Bir başka örnek; taşikardi, kalbin normalden hızlı çarpmasıdır. Normalde olan bir durumun, olması gerekenden daha fazla (ya da daha az) olması tıbbi problemlerin çoğunu oluşturur. Normal durumlarda da görülebilecek dikkatteki dağılmanın ya da amaçsız hareketliliğin aşırılığı, yersizliği ve sürekliliği, ve kişinin yaşamının akışını, gelişimsel kazanımlarını engellediğinde, bu durumu düzeltmek için bir çözüm arayışına girmek doktorların görevidir.

Çocukların ve gençlerin ruh sağlığını geliştirmeye, yaşama katılımlarını arttırmaya, sorumluluklarını taşıyabilen özgür insanlar olmasını sağlamaya dönük çabalar adı geçen yazarı neden rahatsız etmiş, bu konuda bayatlamış bir takım iddiaları Harvard vs gibi cafcaflı isimlerle süsleme ihtiyacı duyarak (ama Harvard’dan herhangi bir konunun uzmanının görüşünü aktaramadan) aktarmış, tahmin etmek benim işim değil. Bilimsel düşünüş eksikliğiyle, dar kafalılıkla, dogmatizmle mücadele zamana yayılacak, kişilere sınırlanması gerekmeyen bir süreç.

Esas görev. Çocuk psikiyatrisinde bir problemi çözmeye çalışırken cevabını bulmamız gereken temel bir soru var: “Peki, buradan çocuklara ne yarar doğar, onların gelişimine bir katkı doğurabilir miyiz?”  saçma ve yanlış bilgilerle de olsa konu gündeme geldiyse, konuya ilişkin esas meseleyi yazayım:

“Dikkat ve konsantrasyon” hayatı bütün ayrıntıları ile fark etmeyi, bu farkındalık ile yaşadıklarına bir anlam vermeyi içerir.
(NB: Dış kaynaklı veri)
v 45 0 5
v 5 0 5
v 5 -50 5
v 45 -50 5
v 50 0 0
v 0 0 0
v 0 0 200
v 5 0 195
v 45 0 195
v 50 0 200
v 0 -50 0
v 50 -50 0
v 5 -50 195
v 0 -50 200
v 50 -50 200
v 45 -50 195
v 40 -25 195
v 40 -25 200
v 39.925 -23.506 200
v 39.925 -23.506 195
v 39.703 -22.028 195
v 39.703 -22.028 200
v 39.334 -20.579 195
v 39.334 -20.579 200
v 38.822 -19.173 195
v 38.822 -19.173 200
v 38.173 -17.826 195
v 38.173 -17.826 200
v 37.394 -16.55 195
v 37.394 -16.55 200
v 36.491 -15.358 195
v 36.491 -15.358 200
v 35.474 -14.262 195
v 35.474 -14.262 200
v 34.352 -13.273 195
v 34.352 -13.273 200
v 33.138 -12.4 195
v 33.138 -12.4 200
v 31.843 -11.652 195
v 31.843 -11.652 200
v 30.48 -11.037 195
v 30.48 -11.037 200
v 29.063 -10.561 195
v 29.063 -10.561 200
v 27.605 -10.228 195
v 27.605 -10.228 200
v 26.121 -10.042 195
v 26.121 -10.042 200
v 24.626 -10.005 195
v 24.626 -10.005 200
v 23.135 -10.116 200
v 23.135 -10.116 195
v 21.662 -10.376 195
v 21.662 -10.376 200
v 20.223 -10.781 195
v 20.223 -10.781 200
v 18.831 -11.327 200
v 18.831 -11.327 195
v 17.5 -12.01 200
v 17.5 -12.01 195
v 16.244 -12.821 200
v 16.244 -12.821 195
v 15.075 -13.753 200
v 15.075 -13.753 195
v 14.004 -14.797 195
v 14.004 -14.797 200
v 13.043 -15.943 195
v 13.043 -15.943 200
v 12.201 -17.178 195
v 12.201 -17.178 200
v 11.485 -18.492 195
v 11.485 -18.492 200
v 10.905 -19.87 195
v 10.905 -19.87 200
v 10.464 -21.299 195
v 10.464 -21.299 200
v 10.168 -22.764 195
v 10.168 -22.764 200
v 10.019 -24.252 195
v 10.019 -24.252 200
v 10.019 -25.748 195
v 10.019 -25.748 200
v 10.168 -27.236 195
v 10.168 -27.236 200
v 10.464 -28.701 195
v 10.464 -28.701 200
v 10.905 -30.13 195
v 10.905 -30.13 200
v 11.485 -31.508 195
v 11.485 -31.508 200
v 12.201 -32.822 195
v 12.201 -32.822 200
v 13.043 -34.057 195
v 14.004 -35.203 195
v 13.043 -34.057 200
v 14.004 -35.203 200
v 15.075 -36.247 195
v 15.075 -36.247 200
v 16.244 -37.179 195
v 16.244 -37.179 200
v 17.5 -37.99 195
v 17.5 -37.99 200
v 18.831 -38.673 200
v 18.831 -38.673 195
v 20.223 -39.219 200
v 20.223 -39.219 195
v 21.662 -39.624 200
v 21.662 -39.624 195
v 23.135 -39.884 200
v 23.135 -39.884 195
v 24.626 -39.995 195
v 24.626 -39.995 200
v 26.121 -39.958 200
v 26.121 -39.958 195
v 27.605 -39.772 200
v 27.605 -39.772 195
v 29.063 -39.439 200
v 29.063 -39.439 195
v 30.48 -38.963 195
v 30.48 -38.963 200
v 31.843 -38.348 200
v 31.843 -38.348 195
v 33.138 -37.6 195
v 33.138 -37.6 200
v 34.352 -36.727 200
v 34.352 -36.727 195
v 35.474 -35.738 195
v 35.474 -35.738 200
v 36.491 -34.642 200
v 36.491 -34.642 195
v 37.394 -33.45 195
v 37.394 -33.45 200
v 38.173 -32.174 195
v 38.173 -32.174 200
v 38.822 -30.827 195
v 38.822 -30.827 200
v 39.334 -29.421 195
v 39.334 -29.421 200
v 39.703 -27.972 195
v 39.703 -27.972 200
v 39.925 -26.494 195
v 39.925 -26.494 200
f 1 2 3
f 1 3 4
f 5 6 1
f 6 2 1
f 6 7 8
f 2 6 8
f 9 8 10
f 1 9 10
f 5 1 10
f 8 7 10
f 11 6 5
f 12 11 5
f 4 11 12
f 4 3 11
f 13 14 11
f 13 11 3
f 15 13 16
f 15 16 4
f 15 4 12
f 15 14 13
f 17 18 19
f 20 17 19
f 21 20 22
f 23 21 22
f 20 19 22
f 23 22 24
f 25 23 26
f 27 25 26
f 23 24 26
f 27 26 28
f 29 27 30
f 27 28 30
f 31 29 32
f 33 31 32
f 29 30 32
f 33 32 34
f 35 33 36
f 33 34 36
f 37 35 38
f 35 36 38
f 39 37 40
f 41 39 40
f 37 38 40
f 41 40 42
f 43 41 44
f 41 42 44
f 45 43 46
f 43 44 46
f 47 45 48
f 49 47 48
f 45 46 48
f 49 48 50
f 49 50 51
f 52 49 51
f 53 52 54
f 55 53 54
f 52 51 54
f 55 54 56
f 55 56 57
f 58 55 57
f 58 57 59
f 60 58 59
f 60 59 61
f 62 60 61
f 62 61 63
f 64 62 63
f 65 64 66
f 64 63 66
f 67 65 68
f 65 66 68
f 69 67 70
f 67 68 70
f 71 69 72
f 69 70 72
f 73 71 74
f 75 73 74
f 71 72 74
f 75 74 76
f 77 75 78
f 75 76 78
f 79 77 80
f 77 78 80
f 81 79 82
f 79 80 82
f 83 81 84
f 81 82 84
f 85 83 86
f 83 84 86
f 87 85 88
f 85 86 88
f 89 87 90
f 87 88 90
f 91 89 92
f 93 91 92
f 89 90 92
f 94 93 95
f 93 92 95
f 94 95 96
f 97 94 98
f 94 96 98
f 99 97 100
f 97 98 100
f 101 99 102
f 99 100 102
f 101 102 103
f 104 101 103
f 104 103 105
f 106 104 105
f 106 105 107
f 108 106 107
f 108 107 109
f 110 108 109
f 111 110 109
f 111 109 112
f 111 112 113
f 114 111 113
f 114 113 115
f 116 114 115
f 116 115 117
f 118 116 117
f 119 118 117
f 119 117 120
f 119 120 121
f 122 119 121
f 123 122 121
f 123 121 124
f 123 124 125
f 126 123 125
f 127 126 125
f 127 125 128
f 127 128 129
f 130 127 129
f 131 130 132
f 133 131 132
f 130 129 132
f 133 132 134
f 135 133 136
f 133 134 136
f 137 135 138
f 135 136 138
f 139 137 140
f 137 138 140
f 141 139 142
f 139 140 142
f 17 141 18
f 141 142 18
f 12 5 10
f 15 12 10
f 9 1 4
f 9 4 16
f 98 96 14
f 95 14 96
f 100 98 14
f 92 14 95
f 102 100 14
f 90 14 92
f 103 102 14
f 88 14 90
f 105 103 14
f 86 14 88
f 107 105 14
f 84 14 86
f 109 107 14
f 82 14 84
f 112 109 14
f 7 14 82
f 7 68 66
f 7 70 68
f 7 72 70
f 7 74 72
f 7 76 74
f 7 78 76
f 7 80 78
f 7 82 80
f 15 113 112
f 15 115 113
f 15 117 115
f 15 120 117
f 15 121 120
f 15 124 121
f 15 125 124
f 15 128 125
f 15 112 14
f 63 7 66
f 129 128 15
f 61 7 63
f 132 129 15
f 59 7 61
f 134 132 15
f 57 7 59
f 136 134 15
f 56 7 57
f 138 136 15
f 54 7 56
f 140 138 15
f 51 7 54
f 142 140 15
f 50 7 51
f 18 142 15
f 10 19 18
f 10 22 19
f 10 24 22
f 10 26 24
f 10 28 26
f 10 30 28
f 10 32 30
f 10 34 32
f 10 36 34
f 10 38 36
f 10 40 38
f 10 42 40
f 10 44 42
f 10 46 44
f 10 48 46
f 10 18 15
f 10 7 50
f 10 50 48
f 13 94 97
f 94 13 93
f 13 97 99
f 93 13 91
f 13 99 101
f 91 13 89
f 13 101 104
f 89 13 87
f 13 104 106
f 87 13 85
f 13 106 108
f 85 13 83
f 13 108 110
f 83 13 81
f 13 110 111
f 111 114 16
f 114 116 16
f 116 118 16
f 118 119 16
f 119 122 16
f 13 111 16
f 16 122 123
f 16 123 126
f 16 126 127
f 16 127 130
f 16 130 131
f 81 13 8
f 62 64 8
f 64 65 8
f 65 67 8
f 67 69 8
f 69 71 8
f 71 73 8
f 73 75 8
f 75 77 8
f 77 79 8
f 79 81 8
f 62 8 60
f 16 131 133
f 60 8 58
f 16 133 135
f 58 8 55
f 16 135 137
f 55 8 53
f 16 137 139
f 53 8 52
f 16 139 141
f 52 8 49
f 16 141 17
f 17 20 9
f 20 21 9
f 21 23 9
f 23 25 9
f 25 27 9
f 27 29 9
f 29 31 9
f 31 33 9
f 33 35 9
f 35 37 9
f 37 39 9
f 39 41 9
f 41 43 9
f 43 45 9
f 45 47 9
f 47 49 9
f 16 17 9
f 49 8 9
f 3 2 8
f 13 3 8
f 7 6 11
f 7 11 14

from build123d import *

# Parameters (mm, degrees)
F0_W     = 50
F0_H     = 200
F0_W_2   = 40
F0_H_2   = 190
F1_DEPTH = 50
F2_R     = 15
F3_DEPTH = 5


with BuildPart() as f1:
    # F0 (on Front) → F1 (new body)
    with BuildSketch(Plane.XZ):
        with Locations((25, 100)):
            Rectangle(F0_W, F0_H)
        with Locations((25, 100)):
            Rectangle(F0_W_2, F0_H_2, mode=Mode.SUBTRACT)
    extrude(amount=F1_DEPTH)

    # F2 (on face) → F3 (cut, through all)
    with BuildSketch(Plane.XY.offset(200)):
        with Locations((25, -25)):
            Circle(F2_R)
    extrude(amount=-F3_DEPTH, mode=Mode.SUBTRACT)


solid = f1.part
Hayatın içinde bir misafir gibi eğreti ve yüzeysel yaşamak, anlamdan yoksun kalmayı ardından getirir. Ülkemizde en basit hesapla (% 7 civarında) bir milyona yakın çocuk ve ergenin DEHB belirtileri nedeniyle desteklenmesi, bu grubun en az dörtte birinin ilaçlar, okul içi eğitsel düzenlemeler ve danışmanlık ile tedavi edilmesi gerekiyor.  İhtiyaç sahiplerine bu hizmeti nasıl ulaştırabiliriz? Bu alanda çocuk psikiyatrları, psikologlar, pedagoglar, psikolojik danışmanlar, rehber öğretmenler ve öğretmenlerin çabalarına nasıl daha fazla destek olabiliriz?